Dernier d'une famille de trois filles et deux garçons, il est élevé au hasard des garnisons de son père, militaire de carrière. Après ses études, Louis apprend le métier d'horloger. Vers 22 ans, attiré par la vie monastique, il demande à entrer au monastère du Grand-Saint-Bernard ; mais sa candidature est refusée car il ignore le latin. Il séjourne alors trois ans à Paris, puis s'installe à Alençon chez ses parents qui occupent un magasin d'horlogerie-bijouterie, rue du Pont-Neuf[A 2].

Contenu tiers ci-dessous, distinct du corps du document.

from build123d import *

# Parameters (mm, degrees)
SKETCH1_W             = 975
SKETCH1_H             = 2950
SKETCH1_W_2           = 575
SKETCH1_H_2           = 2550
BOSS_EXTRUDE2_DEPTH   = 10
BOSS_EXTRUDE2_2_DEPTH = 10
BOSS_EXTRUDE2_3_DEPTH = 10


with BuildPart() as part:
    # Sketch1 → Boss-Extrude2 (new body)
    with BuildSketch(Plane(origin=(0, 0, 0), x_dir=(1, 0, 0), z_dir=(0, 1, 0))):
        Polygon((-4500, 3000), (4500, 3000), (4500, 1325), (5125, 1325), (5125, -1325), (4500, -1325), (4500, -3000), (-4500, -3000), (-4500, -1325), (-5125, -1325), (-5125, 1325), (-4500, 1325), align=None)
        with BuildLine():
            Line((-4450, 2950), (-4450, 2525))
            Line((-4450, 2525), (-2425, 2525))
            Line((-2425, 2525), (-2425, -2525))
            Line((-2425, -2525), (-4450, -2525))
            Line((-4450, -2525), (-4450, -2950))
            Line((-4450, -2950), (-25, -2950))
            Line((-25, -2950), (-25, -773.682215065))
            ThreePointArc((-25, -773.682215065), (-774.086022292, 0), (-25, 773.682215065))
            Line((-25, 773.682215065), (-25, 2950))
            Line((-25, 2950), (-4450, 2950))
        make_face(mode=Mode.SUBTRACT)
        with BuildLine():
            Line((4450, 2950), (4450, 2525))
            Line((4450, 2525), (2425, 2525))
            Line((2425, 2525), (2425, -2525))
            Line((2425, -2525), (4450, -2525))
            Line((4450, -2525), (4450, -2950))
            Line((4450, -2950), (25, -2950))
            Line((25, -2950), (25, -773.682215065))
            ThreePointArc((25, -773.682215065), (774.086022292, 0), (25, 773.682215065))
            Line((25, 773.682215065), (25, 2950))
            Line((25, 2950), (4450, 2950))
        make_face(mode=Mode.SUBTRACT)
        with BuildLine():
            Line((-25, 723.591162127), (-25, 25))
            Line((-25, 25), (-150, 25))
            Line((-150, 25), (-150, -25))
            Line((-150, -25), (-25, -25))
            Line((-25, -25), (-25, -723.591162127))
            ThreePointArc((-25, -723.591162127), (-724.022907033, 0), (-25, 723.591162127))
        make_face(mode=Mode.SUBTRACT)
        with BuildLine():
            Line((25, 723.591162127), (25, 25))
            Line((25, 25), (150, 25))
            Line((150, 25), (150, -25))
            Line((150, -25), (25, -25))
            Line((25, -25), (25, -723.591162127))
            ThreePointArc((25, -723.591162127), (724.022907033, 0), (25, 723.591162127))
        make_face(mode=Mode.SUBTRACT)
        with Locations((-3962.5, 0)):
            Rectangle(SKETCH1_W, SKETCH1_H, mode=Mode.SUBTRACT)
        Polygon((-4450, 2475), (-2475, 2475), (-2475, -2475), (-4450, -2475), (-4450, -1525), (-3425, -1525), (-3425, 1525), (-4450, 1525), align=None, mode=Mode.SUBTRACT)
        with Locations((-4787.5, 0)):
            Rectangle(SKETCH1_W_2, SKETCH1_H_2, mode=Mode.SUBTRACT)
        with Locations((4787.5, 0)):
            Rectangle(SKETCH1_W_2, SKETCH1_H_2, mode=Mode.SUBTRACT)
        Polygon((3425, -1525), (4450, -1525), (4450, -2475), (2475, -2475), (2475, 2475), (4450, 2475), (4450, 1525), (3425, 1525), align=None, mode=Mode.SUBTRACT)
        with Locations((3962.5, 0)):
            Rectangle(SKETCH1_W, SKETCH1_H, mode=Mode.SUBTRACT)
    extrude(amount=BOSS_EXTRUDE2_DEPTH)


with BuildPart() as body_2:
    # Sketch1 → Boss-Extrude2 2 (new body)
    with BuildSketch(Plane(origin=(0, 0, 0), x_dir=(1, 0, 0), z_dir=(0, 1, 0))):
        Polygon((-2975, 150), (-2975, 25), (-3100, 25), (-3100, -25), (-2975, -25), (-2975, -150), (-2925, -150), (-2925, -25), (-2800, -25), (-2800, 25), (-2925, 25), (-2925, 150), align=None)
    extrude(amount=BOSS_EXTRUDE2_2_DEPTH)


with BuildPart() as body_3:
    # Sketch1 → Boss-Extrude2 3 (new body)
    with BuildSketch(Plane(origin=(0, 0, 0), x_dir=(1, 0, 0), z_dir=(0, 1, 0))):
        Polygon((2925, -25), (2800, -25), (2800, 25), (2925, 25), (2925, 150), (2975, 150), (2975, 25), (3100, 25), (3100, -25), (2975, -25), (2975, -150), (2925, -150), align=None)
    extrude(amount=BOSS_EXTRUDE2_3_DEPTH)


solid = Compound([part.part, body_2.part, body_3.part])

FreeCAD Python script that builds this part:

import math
import FreeCAD as App
import Part
import Sketcher
from FreeCAD import Vector
Q = App.Units.Quantity


def add_polygon(sketch, points):
    """Adds a closed chain of lines whose ends are joined by coincident constraints."""
    first, n = sketch.GeometryCount, len(points)
    for a, b in zip(points, points[1:] + points[:1]):
        sketch.addGeometry(Part.LineSegment(App.Vector(*a, 0), App.Vector(*b, 0)), False)
    for i in range(n):
        sketch.addConstraint(Sketcher.Constraint("Coincident", first + i, 2, first + (i + 1) % n, 1))

doc = App.newDocument("Part")
body = doc.addObject("PartDesign::Body", "Body")

sketch1 = body.newObject("Sketcher::SketchObject", "Sketch")
sketch1.AttachmentSupport = (doc.getObject("XZ_Plane"), [""])
sketch1.MapMode = "FlatFace"
add_polygon(sketch1, [(4500, -3000), (-4500, -3000), (-4500, -1325), (-5125, -1325), (-5125, 1325), (-4500, 1325), (-4500, 3000), (4500, 3000), (4500, 1325), (5125, 1325), (5125, -1325), (4500, -1325)])
add_polygon(sketch1, [(4500, 1275), (4500, -1275), (5075, -1275), (5075, 1275)])
add_polygon(sketch1, [(3475, 1475), (3475, -1475), (4450, -1475), (4450, 1475)])
add_polygon(sketch1, [(3425, 1525), (4450, 1525), (4450, 2475), (2475, 2475), (2475, -2475), (4450, -2475), (4450, -1525), (3425, -1525)])
sketch1.addGeometry(Part.LineSegment(Vector(4450, -2950, 0), Vector(4450, -2525, 0)), False)
sketch1.addGeometry(Part.LineSegment(Vector(4450, -2525, 0), Vector(2425, -2525, 0)), False)
sketch1.addGeometry(Part.LineSegment(Vector(2425, -2525, 0), Vector(2425, 2525, 0)), False)
sketch1.addGeometry(Part.LineSegment(Vector(2425, 2525, 0), Vector(4450, 2525, 0)), False)
sketch1.addGeometry(Part.LineSegment(Vector(4450, 2525, 0), Vector(4450, 2950, 0)), False)
sketch1.addGeometry(Part.LineSegment(Vector(4450, 2950, 0), Vector(25, 2950, 0)), False)
sketch1.addGeometry(Part.LineSegment(Vector(25, 2950, 0), Vector(25, 774, 0)), False)
sketch1.addGeometry(Part.ArcOfCircle(Part.Circle(Vector(0, 0, 0), Vector(0, 0, 1), 774), math.radians(-88), math.radians(88)), False)
sketch1.addGeometry(Part.LineSegment(Vector(25, -774, 0), Vector(25, -2950, 0)), False)
sketch1.addGeometry(Part.LineSegment(Vector(25, -2950, 0), Vector(4450, -2950, 0)), False)
sketch1.addGeometry(Part.ArcOfCircle(Part.Circle(Vector(0, 0, 0), Vector(0, 0, 1), 724), math.radians(-88), math.radians(88)), False)
sketch1.addGeometry(Part.LineSegment(Vector(25, 724, 0), Vector(25, 25, 0)), False)
sketch1.addGeometry(Part.LineSegment(Vector(25, 25, 0), Vector(150, 25, 0)), False)
sketch1.addGeometry(Part.LineSegment(Vector(150, 25, 0), Vector(150, -25, 0)), False)
sketch1.addGeometry(Part.LineSegment(Vector(150, -25, 0), Vector(25, -25, 0)), False)
sketch1.addGeometry(Part.LineSegment(Vector(25, -25, 0), Vector(25, -724, 0)), False)
sketch1.addGeometry(Part.LineSegment(Vector(-25, -724, 0), Vector(-25, -25, 0)), False)
sketch1.addGeometry(Part.LineSegment(Vector(-25, -25, 0), Vector(-150, -25, 0)), False)
sketch1.addGeometry(Part.LineSegment(Vector(-150, -25, 0), Vector(-150, 25, 0)), False)
sketch1.addGeometry(Part.LineSegment(Vector(-150, 25, 0), Vector(-25, 25, 0)), False)
sketch1.addGeometry(Part.LineSegment(Vector(-25, 25, 0), Vector(-25, 724, 0)), False)
sketch1.addGeometry(Part.ArcOfCircle(Part.Circle(Vector(0, 0, 0), Vector(0, 0, 1), 724), math.radians(92), math.radians(268)), False)
sketch1.addGeometry(Part.LineSegment(Vector(-4450, -2950, 0), Vector(-25, -2950, 0)), False)
sketch1.addGeometry(Part.LineSegment(Vector(-25, -2950, 0), Vector(-25, -774, 0)), False)
sketch1.addGeometry(Part.ArcOfCircle(Part.Circle(Vector(0, 0, 0), Vector(0, 0, 1), 774), math.radians(92), math.radians(268)), False)
sketch1.addGeometry(Part.LineSegment(Vector(-25, 774, 0), Vector(-25, 2950, 0)), False)
sketch1.addGeometry(Part.LineSegment(Vector(-25, 2950, 0), Vector(-4450, 2950, 0)), False)
sketch1.addGeometry(Part.LineSegment(Vector(-4450, 2950, 0), Vector(-4450, 2525, 0)), False)
sketch1.addGeometry(Part.LineSegment(Vector(-4450, 2525, 0), Vector(-2425, 2525, 0)), False)
sketch1.addGeometry(Part.LineSegment(Vector(-2425, 2525, 0), Vector(-2425, -2525, 0)), False)
sketch1.addGeometry(Part.LineSegment(Vector(-2425, -2525, 0), Vector(-4450, -2525, 0)), False)
sketch1.addGeometry(Part.LineSegment(Vector(-4450, -2525, 0), Vector(-4450, -2950, 0)), False)
add_polygon(sketch1, [(-4450, -2475), (-2475, -2475), (-2475, 2475), (-4450, 2475), (-4450, 1525), (-3425, 1525), (-3425, -1525), (-4450, -1525)])
add_polygon(sketch1, [(-4450, 1475), (-4450, -1475), (-3475, -1475), (-3475, 1475)])
add_polygon(sketch1, [(-5075, 1275), (-5075, -1275), (-4500, -1275), (-4500, 1275)])
sketch1.addConstraint(Sketcher.Constraint("Coincident", 28, 2, 29, 1))
sketch1.addConstraint(Sketcher.Constraint("Coincident", 29, 2, 30, 1))
sketch1.addConstraint(Sketcher.Constraint("Coincident", 30, 2, 31, 1))
sketch1.addConstraint(Sketcher.Constraint("Coincident", 31, 2, 32, 1))
sketch1.addConstraint(Sketcher.Constraint("Coincident", 32, 2, 33, 1))
sketch1.addConstraint(Sketcher.Constraint("Coincident", 33, 2, 34, 1))
sketch1.addConstraint(Sketcher.Constraint("Coincident", 34, 2, 35, 2))
sketch1.addConstraint(Sketcher.Constraint("Coincident", 35, 1, 36, 1))
sketch1.addConstraint(Sketcher.Constraint("Coincident", 36, 2, 37, 1))
sketch1.addConstraint(Sketcher.Constraint("Coincident", 37, 2, 28, 1))
sketch1.addConstraint(Sketcher.Constraint("Coincident", 38, 2, 39, 1))
sketch1.addConstraint(Sketcher.Constraint("Coincident", 39, 2, 40, 1))
sketch1.addConstraint(Sketcher.Constraint("Coincident", 40, 2, 41, 1))
sketch1.addConstraint(Sketcher.Constraint("Coincident", 41, 2, 42, 1))
sketch1.addConstraint(Sketcher.Constraint("Coincident", 42, 2, 43, 1))
sketch1.addConstraint(Sketcher.Constraint("Coincident", 43, 2, 38, 1))
sketch1.addConstraint(Sketcher.Constraint("Coincident", 44, 2, 45, 1))
sketch1.addConstraint(Sketcher.Constraint("Coincident", 45, 2, 46, 1))
sketch1.addConstraint(Sketcher.Constraint("Coincident", 46, 2, 47, 1))
sketch1.addConstraint(Sketcher.Constraint("Coincident", 47, 2, 48, 1))
sketch1.addConstraint(Sketcher.Constraint("Coincident", 48, 2, 49, 1))
sketch1.addConstraint(Sketcher.Constraint("Coincident", 49, 2, 44, 1))
sketch1.addConstraint(Sketcher.Constraint("Coincident", 50, 2, 51, 1))
sketch1.addConstraint(Sketcher.Constraint("Coincident", 51, 2, 52, 2))
sketch1.addConstraint(Sketcher.Constraint("Coincident", 52, 1, 53, 1))
sketch1.addConstraint(Sketcher.Constraint("Coincident", 53, 2, 54, 1))
sketch1.addConstraint(Sketcher.Constraint("Coincident", 54, 2, 55, 1))
sketch1.addConstraint(Sketcher.Constraint("Coincident", 55, 2, 56, 1))
sketch1.addConstraint(Sketcher.Constraint("Coincident", 56, 2, 57, 1))
sketch1.addConstraint(Sketcher.Constraint("Coincident", 57, 2, 58, 1))
sketch1.addConstraint(Sketcher.Constraint("Coincident", 58, 2, 59, 1))
sketch1.addConstraint(Sketcher.Constraint("Coincident", 59, 2, 50, 1))
sketch1.addConstraint(Sketcher.Constraint("Horizontal", 0))
sketch1.addConstraint(Sketcher.Constraint("Vertical", 1))
sketch1.addConstraint(Sketcher.Constraint("Horizontal", 2))
sketch1.addConstraint(Sketcher.Constraint("Vertical", 3))
sketch1.addConstraint(Sketcher.Constraint("Horizontal", 4))
sketch1.addConstraint(Sketcher.Constraint("Vertical", 5))
sketch1.addConstraint(Sketcher.Constraint("Horizontal", 6))
sketch1.addConstraint(Sketcher.Constraint("Vertical", 7))
sketch1.addConstraint(Sketcher.Constraint("Horizontal", 8))
sketch1.addConstraint(Sketcher.Constraint("Vertical", 9))
sketch1.addConstraint(Sketcher.Constraint("Horizontal", 10))
sketch1.addConstraint(Sketcher.Constraint("Vertical", 11))
sketch1.addConstraint(Sketcher.Constraint("Vertical", 12))
sketch1.addConstraint(Sketcher.Constraint("Horizontal", 13))
sketch1.addConstraint(Sketcher.Constraint("Vertical", 14))
sketch1.addConstraint(Sketcher.Constraint("Horizontal", 15))
sketch1.addConstraint(Sketcher.Constraint("Vertical", 16))
sketch1.addConstraint(Sketcher.Constraint("Horizontal", 17))
sketch1.addConstraint(Sketcher.Constraint("Vertical", 18))
sketch1.addConstraint(Sketcher.Constraint("Horizontal", 19))
sketch1.addConstraint(Sketcher.Constraint("Horizontal", 20))
sketch1.addConstraint(Sketcher.Constraint("Vertical", 21))
sketch1.addConstraint(Sketcher.Constraint("Horizontal", 22))
sketch1.addConstraint(Sketcher.Constraint("Vertical", 23))
sketch1.addConstraint(Sketcher.Constraint("Horizontal", 24))
sketch1.addConstraint(Sketcher.Constraint("Vertical", 25))
sketch1.addConstraint(Sketcher.Constraint("Horizontal", 26))
sketch1.addConstraint(Sketcher.Constraint("Vertical", 27))
sketch1.addConstraint(Sketcher.Constraint("Vertical", 28))
sketch1.addConstraint(Sketcher.Constraint("Horizontal", 29))
sketch1.addConstraint(Sketcher.Constraint("Vertical", 30))
sketch1.addConstraint(Sketcher.Constraint("Horizontal", 31))
sketch1.addConstraint(Sketcher.Constraint("Vertical", 32))
sketch1.addConstraint(Sketcher.Constraint("Horizontal", 33))
sketch1.addConstraint(Sketcher.Constraint("Vertical", 34))
sketch1.addConstraint(Sketcher.Constraint("Vertical", 36))
sketch1.addConstraint(Sketcher.Constraint("Horizontal", 37))
sketch1.addConstraint(Sketcher.Constraint("Vertical", 39))
sketch1.addConstraint(Sketcher.Constraint("Horizontal", 40))
sketch1.addConstraint(Sketcher.Constraint("Vertical", 41))
sketch1.addConstraint(Sketcher.Constraint("Horizontal", 42))
sketch1.addConstraint(Sketcher.Constraint("Vertical", 43))
sketch1.addConstraint(Sketcher.Constraint("Vertical", 44))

Pendant huit années, il mène une vie laborieuse, calme et méditative[SA 2]. Ses distractions consistent en de longues séances de pêche, quelques parties de chasse et les soirées avec ses amis au Cercle Catholique "Vital Romet"[SA 1]. Sa foi demeure vive, c'est un chrétien fervent : messe le dimanche et en semaine, adoration du Saint-Sacrement, pèlerinages. Il achète à Alençon le Pavillon[SA 3], une tour entourée d'un terrain, pour jardiner, lire et méditer. À 34 ans, il est encore célibataire, au grand désespoir de sa mère[A 3].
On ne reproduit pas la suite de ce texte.